In music, a tone row or note row (Reihe or Tonreihe), also series or set, is a non-repetitive ordering of a set of pitch-classes, typically of the twelve notes in musical set theory of the chromatic scale, though both larger and smaller sets are sometimes found.

==History and usage==
Tone rows are the basis of Arnold Schoenberg's twelve-tone technique and most types of serial music. Tone rows were widely used in 20th-century contemporary music, like Dmitri Shostakovich's use of twelve-tone rows, "without dodecaphonic transformations."

A tone row has been identified in the A-minor prelude, BWV 889, from Book II of J.S. Bach's The Well-Tempered Clavier (1742). It is also found in works such as Mozart's String Quartet in C, K. 157 (1772), String Quartet in E♭, K. 428, String Quintet in G minor, K. 516 (1790), and the Symphony No. 40, K. 550 (1788). A passage from Symphony No. 40 is shown below in which every tone in the chromatic scale is played except for G (the tonic):

Beethoven also used the technique but, on the whole, "Mozart seems to have employed serial technique far more often than Beethoven". Franz Liszt used a twelve-tone row in the opening of his Faust Symphony. Hans Keller claims that Schoenberg was aware of this serial practice in the classical period and that "Schoenberg repressed his knowledge of classical serialism because it would have injured his narcissism."

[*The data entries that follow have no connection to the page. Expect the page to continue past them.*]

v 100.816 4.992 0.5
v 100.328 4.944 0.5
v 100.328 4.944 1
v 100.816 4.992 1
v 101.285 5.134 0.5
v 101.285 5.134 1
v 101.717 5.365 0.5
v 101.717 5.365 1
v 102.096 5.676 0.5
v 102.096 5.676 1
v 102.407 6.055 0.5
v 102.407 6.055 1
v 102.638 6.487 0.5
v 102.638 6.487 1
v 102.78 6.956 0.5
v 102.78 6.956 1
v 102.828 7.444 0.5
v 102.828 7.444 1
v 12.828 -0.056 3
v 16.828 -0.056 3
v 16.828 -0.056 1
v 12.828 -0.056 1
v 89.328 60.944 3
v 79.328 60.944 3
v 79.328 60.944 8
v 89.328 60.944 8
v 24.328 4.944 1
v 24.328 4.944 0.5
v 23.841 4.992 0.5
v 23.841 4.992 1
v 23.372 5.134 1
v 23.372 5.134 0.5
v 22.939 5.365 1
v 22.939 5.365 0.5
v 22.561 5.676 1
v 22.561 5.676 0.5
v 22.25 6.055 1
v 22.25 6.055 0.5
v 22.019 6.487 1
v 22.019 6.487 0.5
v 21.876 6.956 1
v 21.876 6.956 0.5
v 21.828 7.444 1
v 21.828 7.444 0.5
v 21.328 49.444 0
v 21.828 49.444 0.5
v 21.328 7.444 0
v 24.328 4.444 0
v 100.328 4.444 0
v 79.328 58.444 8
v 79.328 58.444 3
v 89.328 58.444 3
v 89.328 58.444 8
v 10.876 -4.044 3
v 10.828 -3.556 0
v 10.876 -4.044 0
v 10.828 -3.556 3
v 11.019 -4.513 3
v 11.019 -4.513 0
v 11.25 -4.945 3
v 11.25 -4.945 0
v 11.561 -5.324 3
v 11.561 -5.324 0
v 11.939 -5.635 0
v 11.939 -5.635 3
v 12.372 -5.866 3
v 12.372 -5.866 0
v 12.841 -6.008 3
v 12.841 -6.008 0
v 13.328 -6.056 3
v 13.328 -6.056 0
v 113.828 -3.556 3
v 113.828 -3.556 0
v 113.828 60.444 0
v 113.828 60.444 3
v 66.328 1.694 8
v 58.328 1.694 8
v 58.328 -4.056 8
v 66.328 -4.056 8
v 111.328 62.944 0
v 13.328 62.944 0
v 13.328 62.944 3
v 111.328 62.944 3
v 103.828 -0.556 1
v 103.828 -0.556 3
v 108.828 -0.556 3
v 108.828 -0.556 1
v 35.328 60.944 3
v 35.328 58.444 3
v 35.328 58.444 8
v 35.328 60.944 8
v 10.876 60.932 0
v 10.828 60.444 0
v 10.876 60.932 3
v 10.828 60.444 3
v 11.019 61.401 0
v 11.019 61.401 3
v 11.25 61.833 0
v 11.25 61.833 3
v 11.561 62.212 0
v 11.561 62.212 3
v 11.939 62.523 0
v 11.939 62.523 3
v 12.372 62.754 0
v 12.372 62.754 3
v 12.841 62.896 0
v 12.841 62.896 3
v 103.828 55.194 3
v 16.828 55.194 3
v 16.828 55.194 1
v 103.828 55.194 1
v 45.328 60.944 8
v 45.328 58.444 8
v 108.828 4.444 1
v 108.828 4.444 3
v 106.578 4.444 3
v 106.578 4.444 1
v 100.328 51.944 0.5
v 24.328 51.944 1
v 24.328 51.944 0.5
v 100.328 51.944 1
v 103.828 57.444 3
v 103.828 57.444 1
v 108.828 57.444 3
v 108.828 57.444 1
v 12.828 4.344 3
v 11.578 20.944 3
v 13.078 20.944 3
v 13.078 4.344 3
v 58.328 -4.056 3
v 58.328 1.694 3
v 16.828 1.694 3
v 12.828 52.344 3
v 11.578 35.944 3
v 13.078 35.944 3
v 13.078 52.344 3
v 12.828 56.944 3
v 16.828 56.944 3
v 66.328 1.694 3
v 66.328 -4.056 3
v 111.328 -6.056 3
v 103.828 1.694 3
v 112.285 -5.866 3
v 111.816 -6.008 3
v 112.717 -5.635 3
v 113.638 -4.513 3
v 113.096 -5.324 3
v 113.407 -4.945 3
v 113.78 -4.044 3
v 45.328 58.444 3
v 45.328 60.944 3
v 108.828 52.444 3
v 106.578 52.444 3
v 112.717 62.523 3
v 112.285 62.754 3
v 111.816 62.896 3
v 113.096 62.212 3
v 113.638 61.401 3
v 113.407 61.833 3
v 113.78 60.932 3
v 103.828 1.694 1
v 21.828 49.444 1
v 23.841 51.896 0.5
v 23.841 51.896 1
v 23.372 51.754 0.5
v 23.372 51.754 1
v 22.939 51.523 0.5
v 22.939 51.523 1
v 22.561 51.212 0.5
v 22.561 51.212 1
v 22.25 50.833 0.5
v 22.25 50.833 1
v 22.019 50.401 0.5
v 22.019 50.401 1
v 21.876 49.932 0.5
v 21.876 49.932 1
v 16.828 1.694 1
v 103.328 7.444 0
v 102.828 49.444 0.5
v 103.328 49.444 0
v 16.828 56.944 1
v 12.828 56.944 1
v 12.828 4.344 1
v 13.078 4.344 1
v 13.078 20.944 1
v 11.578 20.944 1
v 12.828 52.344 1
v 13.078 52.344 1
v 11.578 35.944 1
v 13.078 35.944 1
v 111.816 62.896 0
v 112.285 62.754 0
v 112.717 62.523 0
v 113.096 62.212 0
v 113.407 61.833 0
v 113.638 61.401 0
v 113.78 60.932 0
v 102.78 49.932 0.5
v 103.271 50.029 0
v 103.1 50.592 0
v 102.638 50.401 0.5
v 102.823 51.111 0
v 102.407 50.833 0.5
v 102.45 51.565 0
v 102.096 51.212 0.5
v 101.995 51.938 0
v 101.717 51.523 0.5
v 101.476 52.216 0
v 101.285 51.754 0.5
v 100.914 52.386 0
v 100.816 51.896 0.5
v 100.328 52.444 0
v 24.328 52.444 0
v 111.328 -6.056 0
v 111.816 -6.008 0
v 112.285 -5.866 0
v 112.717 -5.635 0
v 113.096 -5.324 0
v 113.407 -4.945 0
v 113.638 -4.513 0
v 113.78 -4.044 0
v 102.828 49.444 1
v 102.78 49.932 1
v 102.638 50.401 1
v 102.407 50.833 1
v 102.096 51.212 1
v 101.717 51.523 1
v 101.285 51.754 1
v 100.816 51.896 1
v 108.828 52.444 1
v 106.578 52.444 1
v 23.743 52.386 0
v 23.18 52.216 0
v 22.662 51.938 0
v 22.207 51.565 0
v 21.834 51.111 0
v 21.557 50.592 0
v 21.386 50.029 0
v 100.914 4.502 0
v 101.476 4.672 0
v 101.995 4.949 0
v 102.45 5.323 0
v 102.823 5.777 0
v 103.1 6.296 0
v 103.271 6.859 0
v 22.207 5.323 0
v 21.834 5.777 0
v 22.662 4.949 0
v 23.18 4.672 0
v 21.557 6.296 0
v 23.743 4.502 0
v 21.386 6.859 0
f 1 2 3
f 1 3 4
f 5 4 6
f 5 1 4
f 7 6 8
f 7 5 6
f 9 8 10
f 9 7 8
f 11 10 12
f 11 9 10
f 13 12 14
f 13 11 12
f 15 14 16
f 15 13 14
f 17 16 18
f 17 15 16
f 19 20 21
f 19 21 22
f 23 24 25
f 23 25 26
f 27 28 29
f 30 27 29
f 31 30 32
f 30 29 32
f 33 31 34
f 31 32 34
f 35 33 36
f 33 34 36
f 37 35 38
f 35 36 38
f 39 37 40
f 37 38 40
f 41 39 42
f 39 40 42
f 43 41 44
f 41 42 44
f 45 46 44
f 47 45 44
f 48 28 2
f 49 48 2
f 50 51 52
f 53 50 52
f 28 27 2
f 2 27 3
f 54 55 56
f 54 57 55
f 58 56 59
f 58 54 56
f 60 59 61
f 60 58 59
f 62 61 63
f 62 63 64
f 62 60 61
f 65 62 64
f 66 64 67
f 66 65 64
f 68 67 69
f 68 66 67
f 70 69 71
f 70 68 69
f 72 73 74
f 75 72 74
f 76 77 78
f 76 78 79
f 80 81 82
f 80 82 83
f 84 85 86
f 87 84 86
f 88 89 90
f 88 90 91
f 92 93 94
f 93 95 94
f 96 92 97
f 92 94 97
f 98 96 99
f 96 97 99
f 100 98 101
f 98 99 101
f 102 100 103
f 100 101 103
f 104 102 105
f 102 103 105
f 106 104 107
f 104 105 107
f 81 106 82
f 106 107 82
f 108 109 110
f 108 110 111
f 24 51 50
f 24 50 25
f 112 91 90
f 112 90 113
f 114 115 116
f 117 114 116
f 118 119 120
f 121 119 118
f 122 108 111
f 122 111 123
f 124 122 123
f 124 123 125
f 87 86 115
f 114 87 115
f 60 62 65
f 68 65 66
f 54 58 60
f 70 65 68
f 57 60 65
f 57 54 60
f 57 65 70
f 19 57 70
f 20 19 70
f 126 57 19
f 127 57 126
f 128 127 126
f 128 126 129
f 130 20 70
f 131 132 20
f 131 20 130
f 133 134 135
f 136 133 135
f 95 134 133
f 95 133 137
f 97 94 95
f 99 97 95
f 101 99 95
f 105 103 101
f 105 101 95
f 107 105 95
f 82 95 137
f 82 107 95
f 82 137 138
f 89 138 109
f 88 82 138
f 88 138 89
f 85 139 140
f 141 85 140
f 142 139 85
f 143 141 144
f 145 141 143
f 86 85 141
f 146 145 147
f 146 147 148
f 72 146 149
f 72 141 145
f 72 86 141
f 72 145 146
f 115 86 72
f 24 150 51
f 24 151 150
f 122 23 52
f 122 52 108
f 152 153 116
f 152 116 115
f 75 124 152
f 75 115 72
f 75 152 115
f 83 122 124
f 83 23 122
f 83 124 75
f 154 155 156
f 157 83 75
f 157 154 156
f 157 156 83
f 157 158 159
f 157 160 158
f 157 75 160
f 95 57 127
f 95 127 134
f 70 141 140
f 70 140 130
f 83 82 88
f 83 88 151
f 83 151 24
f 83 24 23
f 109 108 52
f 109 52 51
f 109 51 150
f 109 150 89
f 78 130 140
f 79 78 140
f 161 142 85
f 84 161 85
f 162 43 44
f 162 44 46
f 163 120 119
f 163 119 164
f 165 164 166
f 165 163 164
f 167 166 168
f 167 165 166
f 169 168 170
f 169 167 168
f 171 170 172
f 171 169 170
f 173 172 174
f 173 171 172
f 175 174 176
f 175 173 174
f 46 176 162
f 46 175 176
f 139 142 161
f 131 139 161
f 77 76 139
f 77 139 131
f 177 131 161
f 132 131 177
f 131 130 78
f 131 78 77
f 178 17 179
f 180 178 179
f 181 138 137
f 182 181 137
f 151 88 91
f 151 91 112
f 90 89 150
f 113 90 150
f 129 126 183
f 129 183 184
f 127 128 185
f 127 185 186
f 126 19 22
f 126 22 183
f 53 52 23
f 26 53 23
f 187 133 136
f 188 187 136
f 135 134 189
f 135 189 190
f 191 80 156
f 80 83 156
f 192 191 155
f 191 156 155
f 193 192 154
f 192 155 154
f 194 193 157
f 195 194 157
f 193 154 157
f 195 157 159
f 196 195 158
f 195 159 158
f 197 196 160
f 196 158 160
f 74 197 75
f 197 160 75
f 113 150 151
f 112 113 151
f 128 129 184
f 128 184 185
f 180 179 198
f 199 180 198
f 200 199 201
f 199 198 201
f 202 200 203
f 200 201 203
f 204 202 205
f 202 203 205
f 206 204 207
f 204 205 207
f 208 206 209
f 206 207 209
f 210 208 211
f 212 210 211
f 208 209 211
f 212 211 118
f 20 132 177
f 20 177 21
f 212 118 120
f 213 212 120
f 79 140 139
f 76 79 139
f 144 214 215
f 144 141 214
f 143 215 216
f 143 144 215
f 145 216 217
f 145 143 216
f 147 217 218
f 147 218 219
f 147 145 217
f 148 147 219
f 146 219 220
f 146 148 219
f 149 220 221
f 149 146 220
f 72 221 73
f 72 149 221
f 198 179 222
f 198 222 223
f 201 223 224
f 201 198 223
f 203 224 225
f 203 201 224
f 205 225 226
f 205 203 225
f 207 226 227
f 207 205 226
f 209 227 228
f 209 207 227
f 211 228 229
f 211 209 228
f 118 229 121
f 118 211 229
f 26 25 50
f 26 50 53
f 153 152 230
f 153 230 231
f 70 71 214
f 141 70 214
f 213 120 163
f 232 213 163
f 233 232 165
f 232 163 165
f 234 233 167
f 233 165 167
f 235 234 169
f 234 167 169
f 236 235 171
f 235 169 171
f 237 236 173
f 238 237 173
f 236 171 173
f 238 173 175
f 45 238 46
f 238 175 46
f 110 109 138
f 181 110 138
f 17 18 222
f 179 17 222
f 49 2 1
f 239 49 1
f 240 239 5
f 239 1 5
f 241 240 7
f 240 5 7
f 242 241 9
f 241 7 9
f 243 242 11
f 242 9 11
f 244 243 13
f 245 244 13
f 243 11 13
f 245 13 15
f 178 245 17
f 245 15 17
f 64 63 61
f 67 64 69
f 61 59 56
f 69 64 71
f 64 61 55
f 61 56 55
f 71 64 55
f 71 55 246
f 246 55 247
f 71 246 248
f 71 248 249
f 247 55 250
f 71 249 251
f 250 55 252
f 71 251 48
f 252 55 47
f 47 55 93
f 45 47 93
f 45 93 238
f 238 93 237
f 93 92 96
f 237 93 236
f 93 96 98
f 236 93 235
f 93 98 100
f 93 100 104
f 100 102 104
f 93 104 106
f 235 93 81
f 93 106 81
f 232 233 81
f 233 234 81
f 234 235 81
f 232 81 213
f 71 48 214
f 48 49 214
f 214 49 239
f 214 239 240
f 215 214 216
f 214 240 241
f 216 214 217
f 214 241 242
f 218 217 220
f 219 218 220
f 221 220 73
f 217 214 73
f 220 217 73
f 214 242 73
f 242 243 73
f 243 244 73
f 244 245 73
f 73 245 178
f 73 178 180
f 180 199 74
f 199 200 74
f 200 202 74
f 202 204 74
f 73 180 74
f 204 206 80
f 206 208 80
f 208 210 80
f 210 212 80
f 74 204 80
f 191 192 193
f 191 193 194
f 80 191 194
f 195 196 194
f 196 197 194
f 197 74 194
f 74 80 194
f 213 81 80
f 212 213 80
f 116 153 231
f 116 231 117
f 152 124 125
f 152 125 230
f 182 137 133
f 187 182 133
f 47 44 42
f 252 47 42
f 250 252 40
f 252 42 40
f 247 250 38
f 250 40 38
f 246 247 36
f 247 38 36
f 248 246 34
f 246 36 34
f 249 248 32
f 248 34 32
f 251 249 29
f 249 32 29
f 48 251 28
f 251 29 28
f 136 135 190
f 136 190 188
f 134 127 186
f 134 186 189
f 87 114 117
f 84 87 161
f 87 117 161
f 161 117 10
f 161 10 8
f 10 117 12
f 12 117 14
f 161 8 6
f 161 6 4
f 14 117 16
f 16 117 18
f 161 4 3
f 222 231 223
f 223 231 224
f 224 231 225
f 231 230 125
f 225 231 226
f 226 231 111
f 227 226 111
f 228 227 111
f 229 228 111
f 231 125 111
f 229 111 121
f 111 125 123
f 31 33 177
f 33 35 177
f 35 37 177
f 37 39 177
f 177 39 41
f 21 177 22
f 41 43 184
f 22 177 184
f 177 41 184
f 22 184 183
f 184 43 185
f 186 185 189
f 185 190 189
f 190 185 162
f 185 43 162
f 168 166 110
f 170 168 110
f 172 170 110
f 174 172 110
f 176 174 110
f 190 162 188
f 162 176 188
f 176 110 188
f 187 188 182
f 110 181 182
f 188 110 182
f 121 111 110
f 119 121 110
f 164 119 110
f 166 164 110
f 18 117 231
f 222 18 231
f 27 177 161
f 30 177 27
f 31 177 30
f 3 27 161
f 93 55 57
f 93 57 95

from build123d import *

# Parameters (mm, degrees)
SKETCH1_W           = 103
SKETCH1_H           = 69
BOSS_EXTRUDE1_DEPTH = 3
SKETCH2_W           = 81
SKETCH2_H           = 47
CUT_EXTRUDE1_DEPTH  = 3
CUT_EXTRUDE2_DEPTH  = 2
FILLET2_R           = 2.5
FILLET3_R           = 2.5
CHAMFER1_SIZE       = 0.5
CUT_EXTRUDE3_DEPTH  = 2
SKETCH5_W           = 10
SKETCH5_H           = 2.5
BOSS_EXTRUDE2_DEPTH = 5
SKETCH6_W           = 8
SKETCH6_H           = 5.75
BOSS_EXTRUDE3_DEPTH = 5


with BuildPart() as part:
    # Sketch1 → Boss-Extrude1 (new body)
    with BuildSketch(Plane.XY):
        with Locations((62.328366078, 28.443882797)):
            Rectangle(SKETCH1_W, SKETCH1_H)
    extrude(amount=BOSS_EXTRUDE1_DEPTH)

    # Sketch2 → Cut-Extrude1 (cut)
    with BuildSketch(Plane.XY.offset(3)):
        with Locations((62.328366078, 28.443882797)):
            Rectangle(SKETCH2_W, SKETCH2_H)
    extrude(amount=-CUT_EXTRUDE1_DEPTH, mode=Mode.SUBTRACT)

    # Sketch3 → Cut-Extrude2 (cut)
    with BuildSketch(Plane.XY.offset(3)):
        Polygon((13.078366078, 55.193882797), (106.578366078, 55.193882797), (106.578366078, 1.693882797), (13.078366078, 1.693882797), (13.078366078, 20.943882797), (11.578366078, 20.943882797), (11.578366078, 35.943882797), (13.078366078, 35.943882797), align=None)
    extrude(amount=-CUT_EXTRUDE2_DEPTH, mode=Mode.SUBTRACT)

    # Fillet2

==Theory and compositional techniques==
Tone rows are designated by letters and subscript numbers (e.g.: RI_{11}, which may also appear as RI11 or RI–11). The numbers indicate the initial (P or I) or final (R or RI) pitch-class number of the given row form, most often with c = 0.

- "P" indicates prime, a forward-directed, right-side-up form.
- "I" indicates inversion, a forward-directed, upside-down form.
- "R" indicates retrograde, a backwards, right-side-up form.
- "RI" indicates retrograde-inversion, a backwards, upside-down form.
- Transposition is indicated by a T number, for example P8 is a T(4) transposition of P4.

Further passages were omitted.